Show every line below where "amount" appears.

:: Material supplied ::

━━━━━━

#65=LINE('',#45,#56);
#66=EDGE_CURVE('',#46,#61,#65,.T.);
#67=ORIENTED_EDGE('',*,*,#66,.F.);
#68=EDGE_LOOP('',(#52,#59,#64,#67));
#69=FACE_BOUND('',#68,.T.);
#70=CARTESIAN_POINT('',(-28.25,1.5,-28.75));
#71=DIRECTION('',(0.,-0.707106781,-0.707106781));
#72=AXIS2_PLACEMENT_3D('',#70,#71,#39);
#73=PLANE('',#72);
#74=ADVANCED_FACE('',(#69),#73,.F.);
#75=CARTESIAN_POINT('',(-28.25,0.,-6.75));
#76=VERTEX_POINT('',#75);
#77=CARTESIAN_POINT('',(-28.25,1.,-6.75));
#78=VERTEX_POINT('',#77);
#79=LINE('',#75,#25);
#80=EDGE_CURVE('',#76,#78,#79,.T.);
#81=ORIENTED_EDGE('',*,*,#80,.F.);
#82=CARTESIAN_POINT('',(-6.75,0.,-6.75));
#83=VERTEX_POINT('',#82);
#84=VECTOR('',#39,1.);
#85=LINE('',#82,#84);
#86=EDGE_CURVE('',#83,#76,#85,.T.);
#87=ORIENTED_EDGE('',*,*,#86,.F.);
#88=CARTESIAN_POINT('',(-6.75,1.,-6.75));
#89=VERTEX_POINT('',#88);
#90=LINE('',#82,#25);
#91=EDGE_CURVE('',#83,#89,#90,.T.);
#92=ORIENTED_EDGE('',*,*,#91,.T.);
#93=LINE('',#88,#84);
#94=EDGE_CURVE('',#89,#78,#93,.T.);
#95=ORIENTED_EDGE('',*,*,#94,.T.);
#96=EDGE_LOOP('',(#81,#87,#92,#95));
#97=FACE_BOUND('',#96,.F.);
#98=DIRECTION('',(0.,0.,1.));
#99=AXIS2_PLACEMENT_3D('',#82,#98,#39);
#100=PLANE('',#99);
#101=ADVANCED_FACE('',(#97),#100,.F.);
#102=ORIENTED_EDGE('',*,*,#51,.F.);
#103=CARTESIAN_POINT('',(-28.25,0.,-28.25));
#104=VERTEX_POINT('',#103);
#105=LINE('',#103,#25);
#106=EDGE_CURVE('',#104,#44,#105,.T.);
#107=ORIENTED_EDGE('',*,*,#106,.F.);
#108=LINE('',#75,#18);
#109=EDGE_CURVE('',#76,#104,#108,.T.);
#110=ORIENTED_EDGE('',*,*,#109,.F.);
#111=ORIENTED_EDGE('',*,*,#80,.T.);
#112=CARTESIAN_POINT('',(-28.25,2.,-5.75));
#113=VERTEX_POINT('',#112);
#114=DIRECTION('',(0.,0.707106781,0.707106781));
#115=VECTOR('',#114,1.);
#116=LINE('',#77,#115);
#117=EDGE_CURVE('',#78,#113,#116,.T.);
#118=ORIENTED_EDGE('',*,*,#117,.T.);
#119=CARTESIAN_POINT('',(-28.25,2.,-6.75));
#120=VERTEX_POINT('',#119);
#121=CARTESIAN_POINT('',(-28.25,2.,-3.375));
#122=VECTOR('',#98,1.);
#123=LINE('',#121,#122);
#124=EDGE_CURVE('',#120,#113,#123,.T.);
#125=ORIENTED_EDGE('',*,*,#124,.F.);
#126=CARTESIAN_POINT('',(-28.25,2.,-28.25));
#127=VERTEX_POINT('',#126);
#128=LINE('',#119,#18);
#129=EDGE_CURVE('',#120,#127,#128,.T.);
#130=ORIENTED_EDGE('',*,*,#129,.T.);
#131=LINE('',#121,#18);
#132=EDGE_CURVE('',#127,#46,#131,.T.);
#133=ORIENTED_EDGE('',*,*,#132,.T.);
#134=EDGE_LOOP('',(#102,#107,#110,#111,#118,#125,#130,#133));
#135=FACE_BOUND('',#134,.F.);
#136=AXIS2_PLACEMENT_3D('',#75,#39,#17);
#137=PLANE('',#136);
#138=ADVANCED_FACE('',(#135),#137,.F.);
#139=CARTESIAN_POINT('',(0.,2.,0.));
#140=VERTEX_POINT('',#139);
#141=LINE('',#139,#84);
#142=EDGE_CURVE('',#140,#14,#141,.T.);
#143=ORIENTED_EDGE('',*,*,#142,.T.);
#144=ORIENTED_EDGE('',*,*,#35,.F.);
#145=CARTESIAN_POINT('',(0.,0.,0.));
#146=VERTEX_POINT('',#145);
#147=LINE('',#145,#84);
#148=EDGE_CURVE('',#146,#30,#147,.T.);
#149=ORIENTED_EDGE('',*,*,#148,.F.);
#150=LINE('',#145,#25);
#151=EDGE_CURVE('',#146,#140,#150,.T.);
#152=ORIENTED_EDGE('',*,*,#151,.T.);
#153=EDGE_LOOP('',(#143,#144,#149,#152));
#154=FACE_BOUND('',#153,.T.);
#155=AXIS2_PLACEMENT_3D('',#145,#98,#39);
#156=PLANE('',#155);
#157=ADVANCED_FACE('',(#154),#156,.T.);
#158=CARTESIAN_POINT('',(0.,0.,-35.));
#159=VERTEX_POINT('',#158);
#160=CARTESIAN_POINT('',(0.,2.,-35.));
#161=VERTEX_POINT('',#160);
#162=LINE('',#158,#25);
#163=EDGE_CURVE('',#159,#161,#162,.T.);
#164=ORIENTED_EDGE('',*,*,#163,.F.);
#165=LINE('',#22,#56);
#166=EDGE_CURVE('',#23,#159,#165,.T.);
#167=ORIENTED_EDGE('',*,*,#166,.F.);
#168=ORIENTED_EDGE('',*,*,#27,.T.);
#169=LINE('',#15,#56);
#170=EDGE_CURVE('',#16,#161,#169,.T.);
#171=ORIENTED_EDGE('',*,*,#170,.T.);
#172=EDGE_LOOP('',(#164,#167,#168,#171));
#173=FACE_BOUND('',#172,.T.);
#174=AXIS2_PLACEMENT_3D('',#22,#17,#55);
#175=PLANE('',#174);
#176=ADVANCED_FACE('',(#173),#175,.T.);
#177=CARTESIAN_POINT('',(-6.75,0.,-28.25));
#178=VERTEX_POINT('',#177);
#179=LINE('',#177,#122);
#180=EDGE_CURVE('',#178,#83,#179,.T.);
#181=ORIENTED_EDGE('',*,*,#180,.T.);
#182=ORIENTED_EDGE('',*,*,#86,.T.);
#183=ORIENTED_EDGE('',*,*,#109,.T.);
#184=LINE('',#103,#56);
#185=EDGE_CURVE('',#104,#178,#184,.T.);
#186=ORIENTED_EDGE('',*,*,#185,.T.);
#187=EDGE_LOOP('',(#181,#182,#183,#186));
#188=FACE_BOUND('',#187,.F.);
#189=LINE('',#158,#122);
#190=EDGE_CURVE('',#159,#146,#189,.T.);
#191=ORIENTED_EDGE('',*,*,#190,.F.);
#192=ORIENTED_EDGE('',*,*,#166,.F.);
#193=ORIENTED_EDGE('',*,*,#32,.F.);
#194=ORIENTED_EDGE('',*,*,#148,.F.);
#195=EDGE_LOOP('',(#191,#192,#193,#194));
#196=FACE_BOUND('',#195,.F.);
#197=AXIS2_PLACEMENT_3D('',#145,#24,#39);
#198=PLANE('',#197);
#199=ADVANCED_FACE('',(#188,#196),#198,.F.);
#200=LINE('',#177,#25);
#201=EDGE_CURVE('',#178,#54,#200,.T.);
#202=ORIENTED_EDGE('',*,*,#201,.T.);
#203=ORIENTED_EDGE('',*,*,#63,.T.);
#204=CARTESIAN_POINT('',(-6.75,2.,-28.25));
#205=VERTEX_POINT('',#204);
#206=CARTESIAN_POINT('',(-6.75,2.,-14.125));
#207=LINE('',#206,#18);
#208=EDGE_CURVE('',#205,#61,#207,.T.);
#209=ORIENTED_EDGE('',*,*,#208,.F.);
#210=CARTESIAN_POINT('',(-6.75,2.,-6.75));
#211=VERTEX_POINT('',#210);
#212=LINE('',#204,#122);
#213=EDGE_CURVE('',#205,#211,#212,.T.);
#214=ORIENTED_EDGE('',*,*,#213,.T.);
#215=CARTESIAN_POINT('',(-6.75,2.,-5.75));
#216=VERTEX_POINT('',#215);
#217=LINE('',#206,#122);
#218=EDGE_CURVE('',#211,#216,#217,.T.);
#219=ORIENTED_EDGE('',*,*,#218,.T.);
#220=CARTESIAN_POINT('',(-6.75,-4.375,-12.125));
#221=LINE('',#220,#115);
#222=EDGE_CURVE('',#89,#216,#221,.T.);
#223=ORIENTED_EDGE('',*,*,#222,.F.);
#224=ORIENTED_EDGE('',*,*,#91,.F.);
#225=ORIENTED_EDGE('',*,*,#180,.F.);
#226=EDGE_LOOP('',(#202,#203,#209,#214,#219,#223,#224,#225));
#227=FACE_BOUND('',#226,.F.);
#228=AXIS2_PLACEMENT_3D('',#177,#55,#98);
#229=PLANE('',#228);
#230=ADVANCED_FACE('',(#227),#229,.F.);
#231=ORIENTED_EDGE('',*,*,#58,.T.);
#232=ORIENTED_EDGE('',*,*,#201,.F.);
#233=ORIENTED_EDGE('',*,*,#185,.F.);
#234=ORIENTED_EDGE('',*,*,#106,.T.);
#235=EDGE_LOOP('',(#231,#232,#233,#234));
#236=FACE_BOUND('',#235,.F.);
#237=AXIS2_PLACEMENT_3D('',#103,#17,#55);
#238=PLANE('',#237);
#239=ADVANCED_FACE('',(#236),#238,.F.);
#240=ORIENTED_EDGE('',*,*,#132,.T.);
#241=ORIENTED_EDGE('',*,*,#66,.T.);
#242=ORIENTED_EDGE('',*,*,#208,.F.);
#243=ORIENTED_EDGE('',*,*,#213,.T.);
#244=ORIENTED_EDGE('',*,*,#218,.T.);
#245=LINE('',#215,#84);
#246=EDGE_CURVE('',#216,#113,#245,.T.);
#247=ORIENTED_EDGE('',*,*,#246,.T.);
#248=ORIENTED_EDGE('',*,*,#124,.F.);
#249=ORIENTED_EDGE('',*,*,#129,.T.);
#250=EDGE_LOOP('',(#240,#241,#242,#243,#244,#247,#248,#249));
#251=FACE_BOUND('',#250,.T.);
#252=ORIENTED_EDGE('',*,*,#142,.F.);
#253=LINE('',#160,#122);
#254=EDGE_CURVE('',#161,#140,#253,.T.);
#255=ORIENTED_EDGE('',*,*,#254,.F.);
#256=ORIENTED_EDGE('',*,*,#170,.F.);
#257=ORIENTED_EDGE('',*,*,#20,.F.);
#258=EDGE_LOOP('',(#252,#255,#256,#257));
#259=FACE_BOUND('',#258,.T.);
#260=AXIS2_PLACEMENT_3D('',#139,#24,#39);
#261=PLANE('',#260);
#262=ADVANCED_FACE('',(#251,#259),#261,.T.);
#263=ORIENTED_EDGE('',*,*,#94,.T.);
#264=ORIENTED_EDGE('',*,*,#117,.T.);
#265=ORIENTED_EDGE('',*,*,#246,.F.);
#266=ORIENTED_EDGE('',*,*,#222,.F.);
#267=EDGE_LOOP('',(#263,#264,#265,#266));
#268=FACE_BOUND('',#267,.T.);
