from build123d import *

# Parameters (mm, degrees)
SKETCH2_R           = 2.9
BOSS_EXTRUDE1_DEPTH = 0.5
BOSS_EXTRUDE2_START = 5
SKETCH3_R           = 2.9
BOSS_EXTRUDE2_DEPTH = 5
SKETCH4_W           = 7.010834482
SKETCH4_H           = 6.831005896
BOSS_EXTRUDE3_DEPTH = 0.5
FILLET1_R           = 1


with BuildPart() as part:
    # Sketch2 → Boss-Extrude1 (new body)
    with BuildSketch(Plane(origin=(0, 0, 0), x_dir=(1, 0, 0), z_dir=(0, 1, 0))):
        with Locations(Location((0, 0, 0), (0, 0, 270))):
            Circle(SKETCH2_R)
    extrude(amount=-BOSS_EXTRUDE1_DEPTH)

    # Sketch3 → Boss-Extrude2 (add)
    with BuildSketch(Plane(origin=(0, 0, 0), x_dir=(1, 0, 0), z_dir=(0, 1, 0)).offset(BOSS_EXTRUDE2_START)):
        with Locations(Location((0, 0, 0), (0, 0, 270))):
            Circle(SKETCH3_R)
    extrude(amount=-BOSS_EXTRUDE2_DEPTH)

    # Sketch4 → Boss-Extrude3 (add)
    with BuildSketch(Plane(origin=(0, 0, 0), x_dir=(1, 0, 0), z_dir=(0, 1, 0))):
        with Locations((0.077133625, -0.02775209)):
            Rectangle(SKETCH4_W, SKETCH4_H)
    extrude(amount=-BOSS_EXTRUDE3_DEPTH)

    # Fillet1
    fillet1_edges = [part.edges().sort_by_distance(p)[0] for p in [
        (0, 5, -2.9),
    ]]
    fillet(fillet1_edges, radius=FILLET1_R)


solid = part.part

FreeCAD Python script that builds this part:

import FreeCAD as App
import Part
import Sketcher

V = App.Vector
Q = App.Units.Quantity


def edges_at(feature, points):
    """Names of the edges that pass closest to the given points."""
    edges = feature.Shape.Edges
    near = lambda p: min(range(len(edges)), key=lambda i: edges[i].distToShape(Part.Vertex(*p))[0])
    return sorted({f"Edge{near(p) + 1}" for p in points})


def add_polygon(sketch, points):
    """Adds a closed chain of lines whose ends are joined by coincident constraints."""
    first, n = sketch.GeometryCount, len(points)
    for a, b in zip(points, points[1:] + points[:1]):
        sketch.addGeometry(Part.LineSegment(App.Vector(*a, 0), App.Vector(*b, 0)), False)
    for i in range(n):
        sketch.addConstraint(Sketcher.Constraint("Coincident", first + i, 2, first + (i + 1) % n, 1))

doc = App.newDocument("Part")
body = doc.addObject("PartDesign::Body", "Body")

# Sketch on XZ plane
sketch1 = body.newObject("Sketcher::SketchObject", "Sketch")
sketch1.AttachmentSupport = (doc.getObject("XZ_Plane"), [""])
sketch1.MapMode = "FlatFace"
sketch1.addGeometry(Part.Circle(V(0, 0, 0), V(0, 0, 1), 2.9), False)
sketch1.addConstraint(Sketcher.Constraint("Coincident", 0, 3, -1, 1))
sketch1.addConstraint(Sketcher.Constraint("Diameter", 0, Q("5.8 mm")))
pad1 = body.newObject("PartDesign::Pad", "Pad")
pad1.Profile = sketch1
pad1.Length = 0.5

# Sketch on XZ plane
sketch2 = body.newObject("Sketcher::SketchObject", "Sketch001")
sketch2.AttachmentSupport = (doc.getObject("XZ_Plane"), [""])
sketch2.MapMode = "FlatFace"
sketch2.AttachmentOffset = App.Placement(V(0, 0, -5), App.Rotation())
sketch2.addGeometry(Part.Circle(V(0, 0, 0), V(0, 0, 1), 2.9), False)
sketch2.addConstraint(Sketcher.Constraint("Coincident", 0, 3, -1, 1))
sketch2.addConstraint(Sketcher.Constraint("Diameter", 0, Q("5.8 mm")))
pad2 = body.newObject("PartDesign::Pad", "Pad001")
pad2.Profile = sketch2
pad2.Length = 5

# Sketch on XZ plane
sketch3 = body.newObject("Sketcher::SketchObject", "Sketch002")
sketch3.AttachmentSupport = (doc.getObject("XZ_Plane"), [""])
sketch3.MapMode = "FlatFace"
add_polygon(sketch3, [(-3, -3), (-3, 3), (4, 3), (4, -3)])  # lines 0-3
sketch3.addConstraint(Sketcher.Constraint("Vertical", 0))
sketch3.addConstraint(Sketcher.Constraint("Horizontal", 1))
sketch3.addConstraint(Sketcher.Constraint("Vertical", 2))
sketch3.addConstraint(Sketcher.Constraint("Horizontal", 3))
sketch3.addConstraint(Sketcher.Constraint("DistanceX", 1, 1, 1, 2, Q("7.010834 mm")))
sketch3.addConstraint(Sketcher.Constraint("DistanceY", 0, 1, 0, 2, Q("6.831006 mm")))
sketch3.addConstraint(Sketcher.Constraint("DistanceX", -1, 1, 1, 2, Q("3.582551 mm")))
sketch3.addConstraint(Sketcher.Constraint("DistanceY", 2, 2, -1, 1, Q("3.387751 mm")))
pad3 = body.newObject("PartDesign::Pad", "Pad002")
pad3.Profile = sketch3
pad3.Length = 0.5
doc.recompute()

fillet = body.newObject("PartDesign::Fillet", "Fillet")
fillet.Base = (pad3, edges_at(pad3, [(0, 5, -2.9)]))
fillet.Radius = 1

doc.recompute()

━━━━━━

:: Task response ::
    extrude(amount=-BOSS_EXTRUDE1_DEPTH)
    extrude(amount=-BOSS_EXTRUDE2_DEPTH)
    extrude(amount=-BOSS_EXTRUDE3_DEPTH)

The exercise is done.